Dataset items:
○ ○ ○ ○ ○
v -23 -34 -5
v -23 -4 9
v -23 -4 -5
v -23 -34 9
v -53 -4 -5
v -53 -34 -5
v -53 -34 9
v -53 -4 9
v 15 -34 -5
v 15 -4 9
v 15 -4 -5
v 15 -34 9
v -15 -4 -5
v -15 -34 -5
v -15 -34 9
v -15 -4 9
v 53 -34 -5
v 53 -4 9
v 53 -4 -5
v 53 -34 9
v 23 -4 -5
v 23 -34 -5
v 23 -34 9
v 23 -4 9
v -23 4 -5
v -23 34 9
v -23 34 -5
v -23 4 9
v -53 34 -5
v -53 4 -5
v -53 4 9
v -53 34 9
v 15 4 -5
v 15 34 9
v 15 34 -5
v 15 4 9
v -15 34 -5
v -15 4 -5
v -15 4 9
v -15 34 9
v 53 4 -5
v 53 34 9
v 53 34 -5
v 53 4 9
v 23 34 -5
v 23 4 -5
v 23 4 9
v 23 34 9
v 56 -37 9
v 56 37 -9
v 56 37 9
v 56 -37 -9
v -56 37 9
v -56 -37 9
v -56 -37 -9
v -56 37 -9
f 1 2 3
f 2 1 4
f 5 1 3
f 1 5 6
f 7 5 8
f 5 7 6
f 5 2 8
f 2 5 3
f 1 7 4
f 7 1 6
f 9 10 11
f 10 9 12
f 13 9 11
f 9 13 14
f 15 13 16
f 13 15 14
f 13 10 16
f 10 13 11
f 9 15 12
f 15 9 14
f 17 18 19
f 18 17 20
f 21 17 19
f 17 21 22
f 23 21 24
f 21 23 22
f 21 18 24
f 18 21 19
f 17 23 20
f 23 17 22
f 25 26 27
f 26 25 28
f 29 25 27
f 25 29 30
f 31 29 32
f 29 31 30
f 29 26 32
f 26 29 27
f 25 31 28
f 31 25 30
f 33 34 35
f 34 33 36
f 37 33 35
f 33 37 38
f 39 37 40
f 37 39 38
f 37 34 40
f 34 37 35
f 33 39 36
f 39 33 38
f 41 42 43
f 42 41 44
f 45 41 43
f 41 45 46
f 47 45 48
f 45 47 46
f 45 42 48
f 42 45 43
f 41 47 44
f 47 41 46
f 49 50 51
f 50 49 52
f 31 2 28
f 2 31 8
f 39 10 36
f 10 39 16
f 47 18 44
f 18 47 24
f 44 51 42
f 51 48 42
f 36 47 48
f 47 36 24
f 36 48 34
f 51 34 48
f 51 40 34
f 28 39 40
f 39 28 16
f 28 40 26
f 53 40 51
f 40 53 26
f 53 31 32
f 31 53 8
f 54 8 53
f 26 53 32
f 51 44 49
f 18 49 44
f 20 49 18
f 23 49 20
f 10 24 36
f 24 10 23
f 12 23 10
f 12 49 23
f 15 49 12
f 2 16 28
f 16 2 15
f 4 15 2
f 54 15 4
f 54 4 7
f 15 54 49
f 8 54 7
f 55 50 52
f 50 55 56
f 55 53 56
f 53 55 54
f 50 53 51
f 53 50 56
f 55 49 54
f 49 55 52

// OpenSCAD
$fn = 32;

// ----------------------------------------------------------------------
// Pocket plate 112 x 74 x 18
// 2 x 3 pockets 30 mm square, 14 mm deep
// ----------------------------------------------------------------------

// --- parameters (mm) ---
thickness = 18;  // plate thickness
floor_t = 4;     // material left under each pocket
pocket = 30;     // pocket side length
pitch_x = 38;    // pocket pitch along X
pitch_y = 38;    // pocket pitch along Y
cols = 3;        // pockets per row
rows = 2;        // rows of pockets

// --- derived feature positions (mm) ---
depth = thickness - floor_t;        // = 14   pocket depth, down to the floor
span_x = (cols - 1) * pitch_x;      // = 76   distance between outer pockets
span_y = (rows - 1) * pitch_y;      // = 38   distance between outer pocket rows
origin_x = -span_x / 2;             // = -38   X of the first pocket
origin_y = -span_y / 2;             // = -19   Y of the first pocket
plate = [span_x + pocket + 6, span_y + pocket + 6, thickness];  // = [112, 74, 18]   overall size: pockets plus 3 mm of wall on each side
feature_centers = [
  [origin_x + 0 * pitch_x, origin_y + 0 * pitch_y],
  [origin_x + 1 * pitch_x, origin_y + 0 * pitch_y],
  [origin_x + 2 * pitch_x, origin_y + 0 * pitch_y],
  [origin_x + 0 * pitch_x, origin_y + 1 * pitch_y],
  [origin_x + 1 * pitch_x, origin_y + 1 * pitch_y],
  [origin_x + 2 * pitch_x, origin_y + 1 * pitch_y]
];   // pocket centres, used verbatim by the cutter loop

// plate outline, then one pocket per centre in feature_centers
difference() {
  cube(plate, center = true);
  for (centre = feature_centers)
    translate([centre[0] - pocket / 2, centre[1] - pocket / 2, plate[2] / 2 - depth])
      cube([pocket, pocket, depth + 1]);  // centred on the declared pocket centre
}
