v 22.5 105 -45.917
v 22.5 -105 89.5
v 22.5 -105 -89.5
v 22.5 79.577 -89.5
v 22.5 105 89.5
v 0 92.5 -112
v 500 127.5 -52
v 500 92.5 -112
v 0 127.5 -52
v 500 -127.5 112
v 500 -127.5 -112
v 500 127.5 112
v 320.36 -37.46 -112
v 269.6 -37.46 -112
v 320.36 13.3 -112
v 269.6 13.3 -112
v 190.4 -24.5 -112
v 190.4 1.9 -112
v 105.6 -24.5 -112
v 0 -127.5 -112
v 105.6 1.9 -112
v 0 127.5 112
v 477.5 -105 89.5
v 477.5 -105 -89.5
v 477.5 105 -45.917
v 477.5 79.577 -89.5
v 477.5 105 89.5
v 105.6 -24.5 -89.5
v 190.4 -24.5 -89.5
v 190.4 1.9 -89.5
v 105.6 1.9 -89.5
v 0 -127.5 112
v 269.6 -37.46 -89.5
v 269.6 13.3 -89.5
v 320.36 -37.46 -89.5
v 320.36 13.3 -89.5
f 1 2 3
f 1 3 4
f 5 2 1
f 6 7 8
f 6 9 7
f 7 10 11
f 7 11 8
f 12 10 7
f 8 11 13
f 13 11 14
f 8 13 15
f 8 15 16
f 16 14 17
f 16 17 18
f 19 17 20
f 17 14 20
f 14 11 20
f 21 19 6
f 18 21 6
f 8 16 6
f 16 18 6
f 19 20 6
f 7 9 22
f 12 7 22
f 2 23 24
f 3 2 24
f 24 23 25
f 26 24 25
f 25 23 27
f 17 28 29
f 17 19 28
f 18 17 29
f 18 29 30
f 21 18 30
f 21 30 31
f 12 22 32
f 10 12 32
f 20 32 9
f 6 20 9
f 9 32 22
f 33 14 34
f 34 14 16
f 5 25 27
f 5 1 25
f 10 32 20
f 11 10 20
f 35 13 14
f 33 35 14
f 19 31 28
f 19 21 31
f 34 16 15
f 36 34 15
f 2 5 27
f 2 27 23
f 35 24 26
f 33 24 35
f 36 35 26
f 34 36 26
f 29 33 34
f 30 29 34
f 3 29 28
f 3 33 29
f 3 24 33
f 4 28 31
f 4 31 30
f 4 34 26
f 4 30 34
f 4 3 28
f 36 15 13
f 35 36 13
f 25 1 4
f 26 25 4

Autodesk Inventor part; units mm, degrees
ref_plane "YZ Plane" through (0, 0, 0) normal (1, 0, 0) x (0, 1, 0)
ref_plane "XZ Plane" through (0, 0, 0) normal (0, 1, 0) x (-1, 0, 0)
ref_plane "XY Plane" through (0, 0, 0) normal (0, 0, 1) x (1, 0, 0)
sketch "Sketch1" plane through (0, 0, 0) normal (1, 0, 0) x (0, 1, 0)
  point P0 (0, 0)
sketch "Sketch2" plane through (0, 0, 0) normal (1, 0, 0) x (0, 1, 0)
  line L0 (-127.5, -112) -> (127.5, -112)
  line L1 (127.5, -112) -> (127.5, 112)
  line L2 (127.5, 112) -> (-127.5, 112)
  line L3 (-127.5, 112) -> (-127.5, -112)
  line L4 (-127.5, -112) -> (127.5, 112) construction
  line L5 (127.5, -112) -> (-127.5, 112) construction
  line L6 (127.5, -52) -> (92.5, -112)
  point P0 (0, 0)
  dimension "d0" = 255
  dimension "d1" = 224
  dimension "d2" = 35
  dimension "d3" = 60
extrude "Extrusion1" add sketch "Sketch2" along normal blind 500 contours L3 L2 L1 L6 L0
shell "Shell1" thickness 22.5 removed faces 0
ref_plane "Work Plane1" through (0, -127.5, -100.75) normal (0, 0, -1) x (-1, 0, 0)
sketch "Sketch3" plane through (0, -127.5, -112) normal (0, 0, -1) x (-1, 0, 0)
  line L0 (-105.6, 103) -> (-190.4, 103)
  line L1 (-190.4, 103) -> (-190.4, 129.4)
  line L2 (-190.4, 129.4) -> (-105.6, 129.4)
  line L3 (-105.6, 129.4) -> (-105.6, 103)
  point P0 (0, 127.5)
  dimension "d7" = 84.8
  dimension "d8" = 26.4
extrude "Extrusion2" cut sketch "Sketch3" against normal blind 201.5
sketch "Sketch4" plane through (0, -127.5, -112) normal (0, 0, -1) x (-1, 0, 0)
  line L0 (-269.6, 140.8) -> (-320.36, 140.8)
  line L1 (-320.36, 140.8) -> (-320.36, 90.04)
  line L2 (-320.36, 90.04) -> (-269.6, 90.04)
  line L3 (-269.6, 90.04) -> (-269.6, 140.8)
  line L4 (0, 220) -> (-500, 220) projected
  line L5 (-190.4, 103) -> (-190.4, 129.4) projected
  point P0 (0, 127.5)
  dimension "d11" = 50.76
  dimension "d12" = 50.76
  dimension "d13" = 79.2
  dimension "d14" = 79.2
extrude "Extrusion3" cut sketch "Sketch4" against normal blind 201.5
○ ○ ○ ○ ○
* WHAT THE TASK ASKS: Print again the lines of the entries above that fall between the line holding "v 500 -127.5 -112" and the line holding "v 320.36 -37.46 -89.5", inclusive, exactly as they stand.

* OUTPUT:
v 500 -127.5 -112
v 500 127.5 112
v 320.36 -37.46 -112
v 269.6 -37.46 -112
v 320.36 13.3 -112
v 269.6 13.3 -112
v 190.4 -24.5 -112
v 190.4 1.9 -112
v 105.6 -24.5 -112
v 0 -127.5 -112
v 105.6 1.9 -112
v 0 127.5 112
v 477.5 -105 89.5
v 477.5 -105 -89.5
v 477.5 105 -45.917
v 477.5 79.577 -89.5
v 477.5 105 89.5
v 105.6 -24.5 -89.5
v 190.4 -24.5 -89.5
v 190.4 1.9 -89.5
v 105.6 1.9 -89.5
v 0 -127.5 112
v 269.6 -37.46 -89.5
v 269.6 13.3 -89.5
v 320.36 -37.46 -89.5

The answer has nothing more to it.